Он произнес это с разбегу, и я хмыкнул, услышав знакомое выражение. Напрасно я позволил себе это. Он насторожился, посмотрел на меня непрощающе. Но продолжал как ни в чем не бывало. Излагал, иронизируя над собой, притчу о том, как старый ученый ревнует своего талантливого ученика, не дает ему выдвинуться, осмеял его идеи. На всем скаку, на разгоне подсек. Если позволите заметить, деспот-учитель власть свою охранял свирепо, очень любил уничтожать людей, показывать свою силу.
— «Власть отвратительна, как руки брадобрея», — прочел он и взглянул на меня, проверяя.
Я знал эти строки Мандельштама и кивнул, подтверждая его образованность, заодно и свою.
— Однако у него столько благодарных учеников.
— О, учить он умел, любил учительствовать. Вокруг него множество мальчиков резвились в коротких шта нишках, возраст безобидный, а у меня зубки прорезались. Да, я себя в обиду не давал.
Постепенно они соединялись — тот, кого я знал по рассказам, и этот, Демочкин Макар Евгеньевич.

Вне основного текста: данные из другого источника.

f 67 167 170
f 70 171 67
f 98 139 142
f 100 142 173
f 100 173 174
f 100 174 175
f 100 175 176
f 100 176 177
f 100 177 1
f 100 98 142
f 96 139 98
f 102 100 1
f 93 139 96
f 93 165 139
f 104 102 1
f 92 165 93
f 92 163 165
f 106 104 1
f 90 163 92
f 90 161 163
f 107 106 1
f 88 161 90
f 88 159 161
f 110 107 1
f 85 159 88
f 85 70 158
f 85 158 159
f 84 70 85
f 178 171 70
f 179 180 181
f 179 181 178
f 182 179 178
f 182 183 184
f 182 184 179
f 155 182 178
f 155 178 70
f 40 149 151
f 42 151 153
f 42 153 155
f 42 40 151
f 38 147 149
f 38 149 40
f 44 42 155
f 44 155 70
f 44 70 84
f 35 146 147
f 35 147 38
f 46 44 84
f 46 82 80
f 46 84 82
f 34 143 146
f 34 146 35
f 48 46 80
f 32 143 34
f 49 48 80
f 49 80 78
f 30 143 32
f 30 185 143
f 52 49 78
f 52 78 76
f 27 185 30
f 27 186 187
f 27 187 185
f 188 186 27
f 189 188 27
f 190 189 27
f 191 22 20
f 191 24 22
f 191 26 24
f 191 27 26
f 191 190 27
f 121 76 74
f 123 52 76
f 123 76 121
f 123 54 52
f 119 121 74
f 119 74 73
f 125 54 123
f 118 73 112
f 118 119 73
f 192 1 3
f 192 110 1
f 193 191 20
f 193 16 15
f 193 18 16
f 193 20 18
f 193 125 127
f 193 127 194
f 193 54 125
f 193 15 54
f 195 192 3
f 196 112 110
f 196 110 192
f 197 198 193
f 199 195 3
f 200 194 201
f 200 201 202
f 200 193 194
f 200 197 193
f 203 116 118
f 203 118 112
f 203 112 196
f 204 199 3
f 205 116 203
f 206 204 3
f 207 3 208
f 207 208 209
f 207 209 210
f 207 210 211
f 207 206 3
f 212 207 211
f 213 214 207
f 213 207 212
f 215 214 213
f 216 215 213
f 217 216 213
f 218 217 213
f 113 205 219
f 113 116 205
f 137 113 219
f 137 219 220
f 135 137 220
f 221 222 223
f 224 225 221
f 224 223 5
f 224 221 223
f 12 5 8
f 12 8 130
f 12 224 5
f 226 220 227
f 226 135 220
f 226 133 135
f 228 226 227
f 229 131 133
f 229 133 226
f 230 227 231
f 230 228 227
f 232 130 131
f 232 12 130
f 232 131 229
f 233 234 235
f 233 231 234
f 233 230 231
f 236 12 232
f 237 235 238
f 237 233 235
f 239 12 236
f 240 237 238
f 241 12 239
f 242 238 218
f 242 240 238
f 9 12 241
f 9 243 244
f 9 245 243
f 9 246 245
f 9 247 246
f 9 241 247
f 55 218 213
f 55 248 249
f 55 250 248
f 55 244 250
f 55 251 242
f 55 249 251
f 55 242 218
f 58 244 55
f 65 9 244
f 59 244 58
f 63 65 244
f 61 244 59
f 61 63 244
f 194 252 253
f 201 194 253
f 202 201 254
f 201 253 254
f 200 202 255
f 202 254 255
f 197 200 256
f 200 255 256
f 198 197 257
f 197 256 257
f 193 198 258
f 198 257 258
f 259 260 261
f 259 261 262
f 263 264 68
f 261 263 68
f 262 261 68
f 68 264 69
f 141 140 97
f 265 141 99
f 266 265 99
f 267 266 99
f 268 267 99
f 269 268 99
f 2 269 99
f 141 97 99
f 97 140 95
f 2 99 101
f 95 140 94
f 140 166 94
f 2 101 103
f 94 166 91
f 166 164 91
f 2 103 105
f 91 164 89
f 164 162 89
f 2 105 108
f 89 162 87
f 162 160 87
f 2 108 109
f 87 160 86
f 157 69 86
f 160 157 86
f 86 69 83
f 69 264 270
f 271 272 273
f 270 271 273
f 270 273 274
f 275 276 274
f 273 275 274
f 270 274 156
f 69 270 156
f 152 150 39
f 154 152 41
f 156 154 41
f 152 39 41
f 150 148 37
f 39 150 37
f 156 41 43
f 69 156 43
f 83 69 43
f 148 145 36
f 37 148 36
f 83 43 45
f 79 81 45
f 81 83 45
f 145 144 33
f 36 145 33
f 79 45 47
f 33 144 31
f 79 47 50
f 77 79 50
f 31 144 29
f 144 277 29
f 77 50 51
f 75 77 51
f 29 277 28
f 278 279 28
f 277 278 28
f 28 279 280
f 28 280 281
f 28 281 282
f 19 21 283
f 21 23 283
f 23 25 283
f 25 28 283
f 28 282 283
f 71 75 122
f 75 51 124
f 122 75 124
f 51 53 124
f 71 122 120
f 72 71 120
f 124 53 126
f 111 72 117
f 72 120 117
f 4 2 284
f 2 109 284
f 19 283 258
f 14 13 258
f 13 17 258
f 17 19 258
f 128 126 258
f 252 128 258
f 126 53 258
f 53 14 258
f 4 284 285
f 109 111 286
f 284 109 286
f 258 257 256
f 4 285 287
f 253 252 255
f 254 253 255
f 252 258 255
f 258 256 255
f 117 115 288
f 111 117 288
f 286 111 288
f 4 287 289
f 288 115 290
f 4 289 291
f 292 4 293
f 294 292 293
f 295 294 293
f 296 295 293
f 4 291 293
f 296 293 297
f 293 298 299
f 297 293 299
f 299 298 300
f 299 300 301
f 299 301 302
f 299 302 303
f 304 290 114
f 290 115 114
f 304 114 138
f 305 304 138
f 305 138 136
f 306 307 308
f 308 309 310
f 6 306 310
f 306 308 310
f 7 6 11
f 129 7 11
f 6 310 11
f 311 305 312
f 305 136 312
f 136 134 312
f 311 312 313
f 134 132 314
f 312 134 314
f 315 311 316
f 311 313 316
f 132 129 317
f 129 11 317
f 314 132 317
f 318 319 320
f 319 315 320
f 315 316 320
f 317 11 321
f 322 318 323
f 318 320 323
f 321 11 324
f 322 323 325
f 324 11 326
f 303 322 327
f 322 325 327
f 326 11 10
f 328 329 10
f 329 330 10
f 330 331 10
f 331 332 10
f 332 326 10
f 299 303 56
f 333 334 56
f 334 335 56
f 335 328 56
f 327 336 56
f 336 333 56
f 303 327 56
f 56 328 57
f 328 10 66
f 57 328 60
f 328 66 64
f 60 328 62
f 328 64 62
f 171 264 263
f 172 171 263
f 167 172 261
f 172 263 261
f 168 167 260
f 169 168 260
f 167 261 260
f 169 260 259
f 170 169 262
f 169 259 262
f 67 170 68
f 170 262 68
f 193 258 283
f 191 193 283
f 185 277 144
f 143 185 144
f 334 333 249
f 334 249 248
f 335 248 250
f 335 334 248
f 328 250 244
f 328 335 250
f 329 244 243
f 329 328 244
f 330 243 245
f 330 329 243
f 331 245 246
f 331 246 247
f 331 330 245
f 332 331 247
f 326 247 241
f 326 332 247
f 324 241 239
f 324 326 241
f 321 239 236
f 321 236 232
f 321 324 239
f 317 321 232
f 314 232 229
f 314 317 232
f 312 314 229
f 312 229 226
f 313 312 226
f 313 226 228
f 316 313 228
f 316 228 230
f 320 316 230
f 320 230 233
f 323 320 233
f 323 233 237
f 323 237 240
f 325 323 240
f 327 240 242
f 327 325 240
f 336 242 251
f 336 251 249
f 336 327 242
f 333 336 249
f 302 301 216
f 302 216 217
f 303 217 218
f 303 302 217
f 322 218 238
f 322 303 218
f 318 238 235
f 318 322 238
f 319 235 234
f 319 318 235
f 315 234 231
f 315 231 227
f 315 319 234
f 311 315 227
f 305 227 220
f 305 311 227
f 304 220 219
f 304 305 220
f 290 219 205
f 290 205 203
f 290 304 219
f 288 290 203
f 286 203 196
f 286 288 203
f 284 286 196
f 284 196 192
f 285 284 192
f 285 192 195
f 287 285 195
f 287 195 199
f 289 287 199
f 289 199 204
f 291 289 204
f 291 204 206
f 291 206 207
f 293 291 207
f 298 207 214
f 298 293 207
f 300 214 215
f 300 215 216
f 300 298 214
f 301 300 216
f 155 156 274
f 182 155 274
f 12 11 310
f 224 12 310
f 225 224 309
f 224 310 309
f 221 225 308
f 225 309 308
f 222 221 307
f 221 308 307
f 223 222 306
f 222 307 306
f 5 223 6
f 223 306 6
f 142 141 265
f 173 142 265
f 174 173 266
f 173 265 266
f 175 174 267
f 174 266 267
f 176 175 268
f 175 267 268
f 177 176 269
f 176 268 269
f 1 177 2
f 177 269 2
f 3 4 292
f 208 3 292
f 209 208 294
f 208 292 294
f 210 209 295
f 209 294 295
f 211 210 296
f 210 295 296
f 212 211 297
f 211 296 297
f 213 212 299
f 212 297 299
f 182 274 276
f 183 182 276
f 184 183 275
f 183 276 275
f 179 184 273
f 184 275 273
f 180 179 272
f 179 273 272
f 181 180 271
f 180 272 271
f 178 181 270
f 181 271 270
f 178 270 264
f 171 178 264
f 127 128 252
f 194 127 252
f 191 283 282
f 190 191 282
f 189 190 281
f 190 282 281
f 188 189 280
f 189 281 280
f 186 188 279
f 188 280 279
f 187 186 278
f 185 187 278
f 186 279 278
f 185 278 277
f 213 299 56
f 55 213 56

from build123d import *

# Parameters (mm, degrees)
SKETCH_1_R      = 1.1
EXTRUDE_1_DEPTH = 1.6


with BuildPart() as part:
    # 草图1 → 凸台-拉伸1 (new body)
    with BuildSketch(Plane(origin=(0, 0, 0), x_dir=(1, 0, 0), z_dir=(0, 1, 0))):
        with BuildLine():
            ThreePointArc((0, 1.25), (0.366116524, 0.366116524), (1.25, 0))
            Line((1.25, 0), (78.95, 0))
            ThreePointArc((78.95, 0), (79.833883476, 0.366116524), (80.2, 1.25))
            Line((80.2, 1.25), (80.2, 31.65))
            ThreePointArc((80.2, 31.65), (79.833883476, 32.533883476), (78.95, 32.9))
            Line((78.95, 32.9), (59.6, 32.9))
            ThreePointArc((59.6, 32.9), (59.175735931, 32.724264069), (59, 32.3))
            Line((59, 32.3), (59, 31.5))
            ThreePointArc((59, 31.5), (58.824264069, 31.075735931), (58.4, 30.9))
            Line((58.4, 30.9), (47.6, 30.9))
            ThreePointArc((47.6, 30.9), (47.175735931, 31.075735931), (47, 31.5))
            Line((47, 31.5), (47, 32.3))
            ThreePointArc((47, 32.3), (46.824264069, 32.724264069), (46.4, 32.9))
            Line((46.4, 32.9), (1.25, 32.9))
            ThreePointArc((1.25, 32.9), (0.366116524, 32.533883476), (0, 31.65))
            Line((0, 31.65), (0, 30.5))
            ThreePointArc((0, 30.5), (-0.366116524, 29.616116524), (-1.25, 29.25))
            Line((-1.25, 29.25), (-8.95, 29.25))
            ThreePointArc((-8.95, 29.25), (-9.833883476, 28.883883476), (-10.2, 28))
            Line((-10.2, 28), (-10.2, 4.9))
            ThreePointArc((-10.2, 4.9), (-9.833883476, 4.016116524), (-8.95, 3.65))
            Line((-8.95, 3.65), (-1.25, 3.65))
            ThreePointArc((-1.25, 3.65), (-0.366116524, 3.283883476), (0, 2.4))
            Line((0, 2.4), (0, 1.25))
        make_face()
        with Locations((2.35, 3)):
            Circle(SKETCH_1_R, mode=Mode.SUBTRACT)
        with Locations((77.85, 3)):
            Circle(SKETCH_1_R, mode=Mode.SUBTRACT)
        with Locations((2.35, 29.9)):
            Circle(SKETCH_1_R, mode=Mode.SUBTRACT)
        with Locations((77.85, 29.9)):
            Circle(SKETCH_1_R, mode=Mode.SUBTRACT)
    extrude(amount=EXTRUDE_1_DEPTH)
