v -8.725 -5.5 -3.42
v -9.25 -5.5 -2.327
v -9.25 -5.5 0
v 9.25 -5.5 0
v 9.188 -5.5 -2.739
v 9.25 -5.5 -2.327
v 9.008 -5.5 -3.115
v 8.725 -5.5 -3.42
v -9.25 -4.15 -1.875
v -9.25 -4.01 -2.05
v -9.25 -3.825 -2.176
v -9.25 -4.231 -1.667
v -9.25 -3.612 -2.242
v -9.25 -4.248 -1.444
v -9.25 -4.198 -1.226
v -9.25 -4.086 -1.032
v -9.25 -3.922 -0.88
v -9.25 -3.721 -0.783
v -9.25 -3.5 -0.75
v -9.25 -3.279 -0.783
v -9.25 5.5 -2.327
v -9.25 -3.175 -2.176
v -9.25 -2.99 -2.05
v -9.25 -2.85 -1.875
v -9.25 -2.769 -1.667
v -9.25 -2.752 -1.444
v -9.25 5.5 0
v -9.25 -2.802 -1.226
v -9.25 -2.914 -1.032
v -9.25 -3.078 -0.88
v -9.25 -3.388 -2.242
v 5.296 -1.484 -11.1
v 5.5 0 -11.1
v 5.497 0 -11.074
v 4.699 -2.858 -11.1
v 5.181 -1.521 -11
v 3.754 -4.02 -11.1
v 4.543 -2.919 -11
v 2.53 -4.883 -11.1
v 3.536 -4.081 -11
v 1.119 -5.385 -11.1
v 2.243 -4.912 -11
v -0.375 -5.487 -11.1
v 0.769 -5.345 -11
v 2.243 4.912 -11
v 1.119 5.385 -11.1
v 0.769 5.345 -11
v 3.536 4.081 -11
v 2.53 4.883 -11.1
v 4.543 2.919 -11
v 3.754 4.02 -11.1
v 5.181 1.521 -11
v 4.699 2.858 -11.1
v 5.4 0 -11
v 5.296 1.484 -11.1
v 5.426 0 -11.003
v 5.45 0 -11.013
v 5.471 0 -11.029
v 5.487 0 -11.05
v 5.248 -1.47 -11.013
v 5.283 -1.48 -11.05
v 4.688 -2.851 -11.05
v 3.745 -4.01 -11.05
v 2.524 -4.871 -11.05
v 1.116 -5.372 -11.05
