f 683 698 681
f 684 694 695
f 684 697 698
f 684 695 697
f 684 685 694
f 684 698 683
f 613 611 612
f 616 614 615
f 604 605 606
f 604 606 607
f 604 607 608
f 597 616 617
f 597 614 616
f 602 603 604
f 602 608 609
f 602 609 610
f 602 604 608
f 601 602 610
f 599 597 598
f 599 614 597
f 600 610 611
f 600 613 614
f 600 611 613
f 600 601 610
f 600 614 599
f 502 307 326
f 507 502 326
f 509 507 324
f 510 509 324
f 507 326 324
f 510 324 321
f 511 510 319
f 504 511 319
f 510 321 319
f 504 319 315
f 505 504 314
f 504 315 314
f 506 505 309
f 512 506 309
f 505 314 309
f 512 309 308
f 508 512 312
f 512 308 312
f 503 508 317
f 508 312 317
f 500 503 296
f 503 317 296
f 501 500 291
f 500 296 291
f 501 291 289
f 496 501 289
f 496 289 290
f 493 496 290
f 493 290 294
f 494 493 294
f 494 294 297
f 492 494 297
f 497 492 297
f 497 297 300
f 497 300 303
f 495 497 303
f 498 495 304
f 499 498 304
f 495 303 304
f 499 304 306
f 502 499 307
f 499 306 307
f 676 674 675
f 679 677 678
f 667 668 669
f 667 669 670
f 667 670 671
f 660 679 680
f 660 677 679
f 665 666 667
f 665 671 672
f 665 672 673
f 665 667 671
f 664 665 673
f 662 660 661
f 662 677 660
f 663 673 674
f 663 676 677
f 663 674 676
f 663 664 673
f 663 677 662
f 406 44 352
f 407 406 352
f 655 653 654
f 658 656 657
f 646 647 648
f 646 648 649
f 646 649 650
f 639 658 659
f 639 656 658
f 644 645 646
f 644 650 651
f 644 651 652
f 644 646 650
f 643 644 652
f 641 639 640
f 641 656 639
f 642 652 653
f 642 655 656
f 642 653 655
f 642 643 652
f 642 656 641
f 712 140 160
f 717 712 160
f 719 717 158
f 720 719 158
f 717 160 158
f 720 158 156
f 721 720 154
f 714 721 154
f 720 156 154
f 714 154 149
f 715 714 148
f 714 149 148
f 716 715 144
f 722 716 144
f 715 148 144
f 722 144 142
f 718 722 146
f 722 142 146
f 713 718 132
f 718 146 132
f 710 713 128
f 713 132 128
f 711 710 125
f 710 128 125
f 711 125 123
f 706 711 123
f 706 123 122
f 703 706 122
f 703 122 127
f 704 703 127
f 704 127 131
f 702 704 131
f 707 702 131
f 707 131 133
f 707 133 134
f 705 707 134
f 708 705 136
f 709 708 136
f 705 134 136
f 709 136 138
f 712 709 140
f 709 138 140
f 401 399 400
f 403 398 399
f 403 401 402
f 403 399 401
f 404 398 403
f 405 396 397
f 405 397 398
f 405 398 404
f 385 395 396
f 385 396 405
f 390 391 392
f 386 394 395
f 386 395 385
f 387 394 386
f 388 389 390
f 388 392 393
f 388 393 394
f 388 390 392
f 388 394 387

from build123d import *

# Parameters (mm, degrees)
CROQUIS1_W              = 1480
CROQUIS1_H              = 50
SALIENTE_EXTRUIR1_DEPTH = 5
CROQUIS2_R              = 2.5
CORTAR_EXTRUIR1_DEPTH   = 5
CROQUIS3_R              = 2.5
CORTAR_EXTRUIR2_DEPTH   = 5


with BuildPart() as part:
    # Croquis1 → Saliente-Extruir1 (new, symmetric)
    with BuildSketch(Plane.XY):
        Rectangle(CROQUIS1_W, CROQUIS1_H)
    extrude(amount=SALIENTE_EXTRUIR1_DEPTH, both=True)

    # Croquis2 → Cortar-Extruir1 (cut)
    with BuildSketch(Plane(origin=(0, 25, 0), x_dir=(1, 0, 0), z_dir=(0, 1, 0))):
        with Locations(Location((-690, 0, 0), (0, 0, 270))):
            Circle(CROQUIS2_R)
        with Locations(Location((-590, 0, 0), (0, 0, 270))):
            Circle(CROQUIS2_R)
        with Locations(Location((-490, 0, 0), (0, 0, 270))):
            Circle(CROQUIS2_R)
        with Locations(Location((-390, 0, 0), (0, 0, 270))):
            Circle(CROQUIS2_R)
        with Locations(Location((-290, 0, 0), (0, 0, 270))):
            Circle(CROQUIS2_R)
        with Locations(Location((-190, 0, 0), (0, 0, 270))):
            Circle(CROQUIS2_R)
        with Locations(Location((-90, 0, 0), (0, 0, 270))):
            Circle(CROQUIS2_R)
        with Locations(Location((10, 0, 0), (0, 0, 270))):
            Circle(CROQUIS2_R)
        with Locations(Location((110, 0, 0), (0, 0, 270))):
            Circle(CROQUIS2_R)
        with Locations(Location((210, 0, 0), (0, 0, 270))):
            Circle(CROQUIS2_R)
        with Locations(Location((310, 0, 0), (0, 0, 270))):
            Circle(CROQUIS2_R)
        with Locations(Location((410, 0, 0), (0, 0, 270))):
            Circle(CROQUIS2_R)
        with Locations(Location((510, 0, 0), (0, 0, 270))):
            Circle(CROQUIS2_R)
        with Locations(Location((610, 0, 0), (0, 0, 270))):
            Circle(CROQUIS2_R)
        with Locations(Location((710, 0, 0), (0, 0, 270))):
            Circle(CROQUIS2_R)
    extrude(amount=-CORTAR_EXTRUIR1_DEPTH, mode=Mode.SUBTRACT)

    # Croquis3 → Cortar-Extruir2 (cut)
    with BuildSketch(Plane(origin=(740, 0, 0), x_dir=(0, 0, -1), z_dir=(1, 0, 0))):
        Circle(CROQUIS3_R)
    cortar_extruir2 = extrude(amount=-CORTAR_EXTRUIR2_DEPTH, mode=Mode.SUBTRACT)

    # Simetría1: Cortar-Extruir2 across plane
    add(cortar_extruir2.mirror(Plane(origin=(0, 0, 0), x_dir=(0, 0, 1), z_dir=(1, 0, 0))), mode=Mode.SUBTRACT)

Я не должен был считать его слова бахвальством, он просто сочувствовал тому молодому талантливому пареньку, который пробивал себе дорогу. Ситуация древняя, банальная, взирать на нее можно без гнева, прощая далекий звон тех мечей.
— «Живи еще хоть четверть века — все будет так, исхода нет», — декламировал он. — Четверть века для Блока было вечностью, а мы три с лишним десятилетия проскакали и судим-рядим, как о вчерашнем.
— Почему о вчерашнем? Отношения ваши продолжались и позже. Они, наверное, развивались.
— За тридцать-то лет? «Наверное»!.. — Он откровенно посмеялся надо мной. — Еще как развивались. — И потом сказал: — Веревочка у нас с ним… — И опять процитировал: — «Не отстать тебе, я острожник, ты конвойный, — судьба одна, и одна в пустоте дорожной подорожная нам дана…» А путь мы прошли большой — от сопротивления к противостоянию. И дальше.